- WHAT NEEDS TO BE DONE -
Once you reach the line containing "#183=AXIS2_PLACEMENT_3D('',#182,#37,#38);" in the entries below, write out that line and each one after it down to the line containing "END-ISO-10303-21;", exactly and with nothing added.

# # # # # # #

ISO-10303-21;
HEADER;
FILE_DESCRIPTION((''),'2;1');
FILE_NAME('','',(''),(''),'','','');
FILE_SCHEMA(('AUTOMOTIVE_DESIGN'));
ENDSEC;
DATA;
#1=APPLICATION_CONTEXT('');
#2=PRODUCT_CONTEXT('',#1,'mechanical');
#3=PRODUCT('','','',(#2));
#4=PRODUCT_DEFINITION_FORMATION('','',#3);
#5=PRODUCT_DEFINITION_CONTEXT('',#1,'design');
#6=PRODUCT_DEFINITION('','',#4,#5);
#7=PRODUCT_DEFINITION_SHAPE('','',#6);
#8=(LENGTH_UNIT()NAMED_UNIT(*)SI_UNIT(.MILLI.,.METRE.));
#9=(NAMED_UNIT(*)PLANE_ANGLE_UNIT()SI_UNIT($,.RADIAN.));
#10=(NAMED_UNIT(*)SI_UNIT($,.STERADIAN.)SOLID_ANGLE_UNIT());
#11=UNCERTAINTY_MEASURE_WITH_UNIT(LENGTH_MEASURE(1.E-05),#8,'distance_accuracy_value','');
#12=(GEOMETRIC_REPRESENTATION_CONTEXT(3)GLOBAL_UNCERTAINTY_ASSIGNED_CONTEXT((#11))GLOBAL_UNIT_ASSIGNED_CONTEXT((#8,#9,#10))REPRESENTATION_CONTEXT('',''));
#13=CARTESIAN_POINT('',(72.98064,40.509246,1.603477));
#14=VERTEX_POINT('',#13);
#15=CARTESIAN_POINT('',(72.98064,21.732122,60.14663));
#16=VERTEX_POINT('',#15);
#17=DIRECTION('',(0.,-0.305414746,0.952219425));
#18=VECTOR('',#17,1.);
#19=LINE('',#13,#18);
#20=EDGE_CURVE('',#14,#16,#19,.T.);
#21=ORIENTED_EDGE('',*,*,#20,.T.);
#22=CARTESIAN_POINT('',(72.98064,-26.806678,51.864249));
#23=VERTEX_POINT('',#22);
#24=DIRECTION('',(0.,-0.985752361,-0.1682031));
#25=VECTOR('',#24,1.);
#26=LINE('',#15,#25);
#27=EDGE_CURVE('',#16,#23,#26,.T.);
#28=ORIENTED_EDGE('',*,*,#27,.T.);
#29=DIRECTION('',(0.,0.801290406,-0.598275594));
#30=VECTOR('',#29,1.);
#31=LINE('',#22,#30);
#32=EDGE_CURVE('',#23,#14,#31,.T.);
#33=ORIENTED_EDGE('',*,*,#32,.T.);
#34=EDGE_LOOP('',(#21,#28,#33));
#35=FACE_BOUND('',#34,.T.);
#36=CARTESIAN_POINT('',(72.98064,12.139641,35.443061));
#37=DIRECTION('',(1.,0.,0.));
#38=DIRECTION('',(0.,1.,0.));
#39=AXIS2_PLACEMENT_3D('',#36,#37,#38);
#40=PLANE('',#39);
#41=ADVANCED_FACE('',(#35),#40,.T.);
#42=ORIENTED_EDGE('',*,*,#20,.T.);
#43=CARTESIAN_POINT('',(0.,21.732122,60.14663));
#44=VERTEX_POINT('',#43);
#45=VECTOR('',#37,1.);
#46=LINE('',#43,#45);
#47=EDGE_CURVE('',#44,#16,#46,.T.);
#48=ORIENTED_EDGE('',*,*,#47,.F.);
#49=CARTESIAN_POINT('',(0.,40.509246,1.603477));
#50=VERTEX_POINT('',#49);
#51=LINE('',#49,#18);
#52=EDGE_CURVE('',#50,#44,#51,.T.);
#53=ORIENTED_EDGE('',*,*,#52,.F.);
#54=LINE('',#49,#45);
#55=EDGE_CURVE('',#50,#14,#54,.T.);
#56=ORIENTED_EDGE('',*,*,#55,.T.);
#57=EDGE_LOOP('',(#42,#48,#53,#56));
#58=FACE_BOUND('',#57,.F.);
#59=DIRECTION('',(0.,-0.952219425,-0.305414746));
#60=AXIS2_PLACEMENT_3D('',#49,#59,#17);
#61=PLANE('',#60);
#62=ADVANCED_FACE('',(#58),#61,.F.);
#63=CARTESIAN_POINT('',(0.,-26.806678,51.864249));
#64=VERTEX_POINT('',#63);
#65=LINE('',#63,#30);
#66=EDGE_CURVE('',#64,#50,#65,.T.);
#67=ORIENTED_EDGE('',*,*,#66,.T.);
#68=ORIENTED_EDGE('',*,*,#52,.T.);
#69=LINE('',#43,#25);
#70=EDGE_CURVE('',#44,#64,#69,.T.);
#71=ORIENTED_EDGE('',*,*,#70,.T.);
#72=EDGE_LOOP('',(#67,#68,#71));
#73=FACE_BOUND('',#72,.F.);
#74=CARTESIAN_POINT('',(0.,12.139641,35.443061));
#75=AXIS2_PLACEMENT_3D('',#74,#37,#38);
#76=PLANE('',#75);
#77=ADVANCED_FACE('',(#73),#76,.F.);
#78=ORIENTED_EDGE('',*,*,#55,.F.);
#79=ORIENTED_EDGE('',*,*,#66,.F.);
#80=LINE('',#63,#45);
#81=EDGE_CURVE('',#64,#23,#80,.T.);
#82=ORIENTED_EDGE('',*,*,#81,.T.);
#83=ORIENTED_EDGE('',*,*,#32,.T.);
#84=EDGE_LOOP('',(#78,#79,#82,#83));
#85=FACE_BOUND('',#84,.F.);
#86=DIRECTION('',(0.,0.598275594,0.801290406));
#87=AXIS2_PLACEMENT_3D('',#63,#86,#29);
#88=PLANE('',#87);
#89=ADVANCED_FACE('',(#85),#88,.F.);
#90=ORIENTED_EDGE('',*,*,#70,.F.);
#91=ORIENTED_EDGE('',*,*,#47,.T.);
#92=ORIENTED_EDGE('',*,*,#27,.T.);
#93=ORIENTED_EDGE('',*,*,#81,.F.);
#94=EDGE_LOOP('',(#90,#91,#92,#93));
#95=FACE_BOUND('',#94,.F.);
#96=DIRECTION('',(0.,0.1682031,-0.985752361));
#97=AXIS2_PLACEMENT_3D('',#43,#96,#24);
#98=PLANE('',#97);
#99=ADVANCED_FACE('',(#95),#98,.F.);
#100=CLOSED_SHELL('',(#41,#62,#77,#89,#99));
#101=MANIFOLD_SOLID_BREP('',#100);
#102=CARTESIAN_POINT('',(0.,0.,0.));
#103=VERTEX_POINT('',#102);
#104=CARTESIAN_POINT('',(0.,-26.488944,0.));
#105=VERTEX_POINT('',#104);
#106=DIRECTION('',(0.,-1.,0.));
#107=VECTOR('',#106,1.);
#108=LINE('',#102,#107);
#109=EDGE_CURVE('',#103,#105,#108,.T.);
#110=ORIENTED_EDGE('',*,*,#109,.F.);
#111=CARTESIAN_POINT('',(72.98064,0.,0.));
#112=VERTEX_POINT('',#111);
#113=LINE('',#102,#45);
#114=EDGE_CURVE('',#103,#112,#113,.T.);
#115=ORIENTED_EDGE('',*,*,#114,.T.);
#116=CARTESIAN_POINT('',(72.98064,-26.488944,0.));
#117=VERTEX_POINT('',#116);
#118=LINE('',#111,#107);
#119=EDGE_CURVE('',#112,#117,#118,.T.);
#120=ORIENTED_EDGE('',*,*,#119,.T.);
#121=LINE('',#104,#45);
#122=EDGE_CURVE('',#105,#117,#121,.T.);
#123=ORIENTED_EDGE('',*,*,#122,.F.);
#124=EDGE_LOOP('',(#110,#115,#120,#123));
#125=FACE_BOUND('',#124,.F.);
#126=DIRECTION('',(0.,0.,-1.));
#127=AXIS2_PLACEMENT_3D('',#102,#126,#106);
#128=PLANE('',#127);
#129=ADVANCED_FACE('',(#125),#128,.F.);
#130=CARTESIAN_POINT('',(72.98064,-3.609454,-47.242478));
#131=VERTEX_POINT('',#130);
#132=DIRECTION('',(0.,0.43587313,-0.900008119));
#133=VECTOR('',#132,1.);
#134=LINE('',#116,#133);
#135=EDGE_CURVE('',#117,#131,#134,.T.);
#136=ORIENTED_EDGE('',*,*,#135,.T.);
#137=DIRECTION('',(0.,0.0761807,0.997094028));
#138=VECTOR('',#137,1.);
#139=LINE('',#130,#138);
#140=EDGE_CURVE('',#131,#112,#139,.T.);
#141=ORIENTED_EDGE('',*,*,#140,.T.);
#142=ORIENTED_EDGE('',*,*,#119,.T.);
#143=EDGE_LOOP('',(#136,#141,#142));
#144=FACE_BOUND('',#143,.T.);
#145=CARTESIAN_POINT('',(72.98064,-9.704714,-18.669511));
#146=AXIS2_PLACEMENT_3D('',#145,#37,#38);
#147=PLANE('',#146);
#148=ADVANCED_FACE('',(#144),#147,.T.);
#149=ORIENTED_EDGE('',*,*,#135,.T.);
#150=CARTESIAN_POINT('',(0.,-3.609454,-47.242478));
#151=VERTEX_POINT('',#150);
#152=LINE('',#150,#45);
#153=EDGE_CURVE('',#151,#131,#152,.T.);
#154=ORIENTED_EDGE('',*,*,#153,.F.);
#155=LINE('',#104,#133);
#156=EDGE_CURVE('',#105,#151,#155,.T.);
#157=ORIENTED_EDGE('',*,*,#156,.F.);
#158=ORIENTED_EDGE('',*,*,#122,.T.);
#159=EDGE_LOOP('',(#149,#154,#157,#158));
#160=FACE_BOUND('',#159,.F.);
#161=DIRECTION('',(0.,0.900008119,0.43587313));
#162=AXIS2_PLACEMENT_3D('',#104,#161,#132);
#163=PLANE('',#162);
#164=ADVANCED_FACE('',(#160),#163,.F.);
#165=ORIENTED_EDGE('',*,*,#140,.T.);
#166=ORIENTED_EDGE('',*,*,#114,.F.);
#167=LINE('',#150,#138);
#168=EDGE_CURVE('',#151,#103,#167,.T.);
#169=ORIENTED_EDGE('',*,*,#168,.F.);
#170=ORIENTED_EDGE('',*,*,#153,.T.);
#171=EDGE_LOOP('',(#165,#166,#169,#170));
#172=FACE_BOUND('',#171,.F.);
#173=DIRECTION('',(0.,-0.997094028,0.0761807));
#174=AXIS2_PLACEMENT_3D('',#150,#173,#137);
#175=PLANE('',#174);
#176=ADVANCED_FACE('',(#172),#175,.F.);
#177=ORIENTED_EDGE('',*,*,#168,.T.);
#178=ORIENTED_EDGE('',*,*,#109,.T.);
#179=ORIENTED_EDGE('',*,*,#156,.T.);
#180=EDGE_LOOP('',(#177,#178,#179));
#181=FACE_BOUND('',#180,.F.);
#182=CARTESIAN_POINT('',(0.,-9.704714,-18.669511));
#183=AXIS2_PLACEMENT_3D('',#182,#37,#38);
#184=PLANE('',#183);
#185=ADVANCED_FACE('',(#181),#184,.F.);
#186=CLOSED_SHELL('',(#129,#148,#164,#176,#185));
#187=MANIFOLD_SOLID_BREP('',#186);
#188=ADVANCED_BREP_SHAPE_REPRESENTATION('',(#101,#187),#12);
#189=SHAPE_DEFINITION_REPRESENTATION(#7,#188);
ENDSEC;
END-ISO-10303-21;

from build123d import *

# Parameters (mm, degrees)
F1_DEPTH = 72.98064


with BuildPart() as f1:
    # F0 (on Right) → F1 (new body)
    with BuildSketch(Plane.YZ):
        Polygon((40.509246, 1.603477), (21.732122, 60.14663), (-26.806678, 51.864249), align=None)
        Polygon((0, 0), (-26.488944, 0), (-3.609454, -47.242478), align=None)
    extrude(amount=F1_DEPTH)


solid = f1.part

# # # # # # #

- SOLUTION FOR THIS EXERCISE -
#183=AXIS2_PLACEMENT_3D('',#182,#37,#38);
#184=PLANE('',#183);
#185=ADVANCED_FACE('',(#181),#184,.F.);
#186=CLOSED_SHELL('',(#129,#148,#164,#176,#185));
#187=MANIFOLD_SOLID_BREP('',#186);
#188=ADVANCED_BREP_SHAPE_REPRESENTATION('',(#101,#187),#12);
#189=SHAPE_DEFINITION_REPRESENTATION(#7,#188);
ENDSEC;
END-ISO-10303-21;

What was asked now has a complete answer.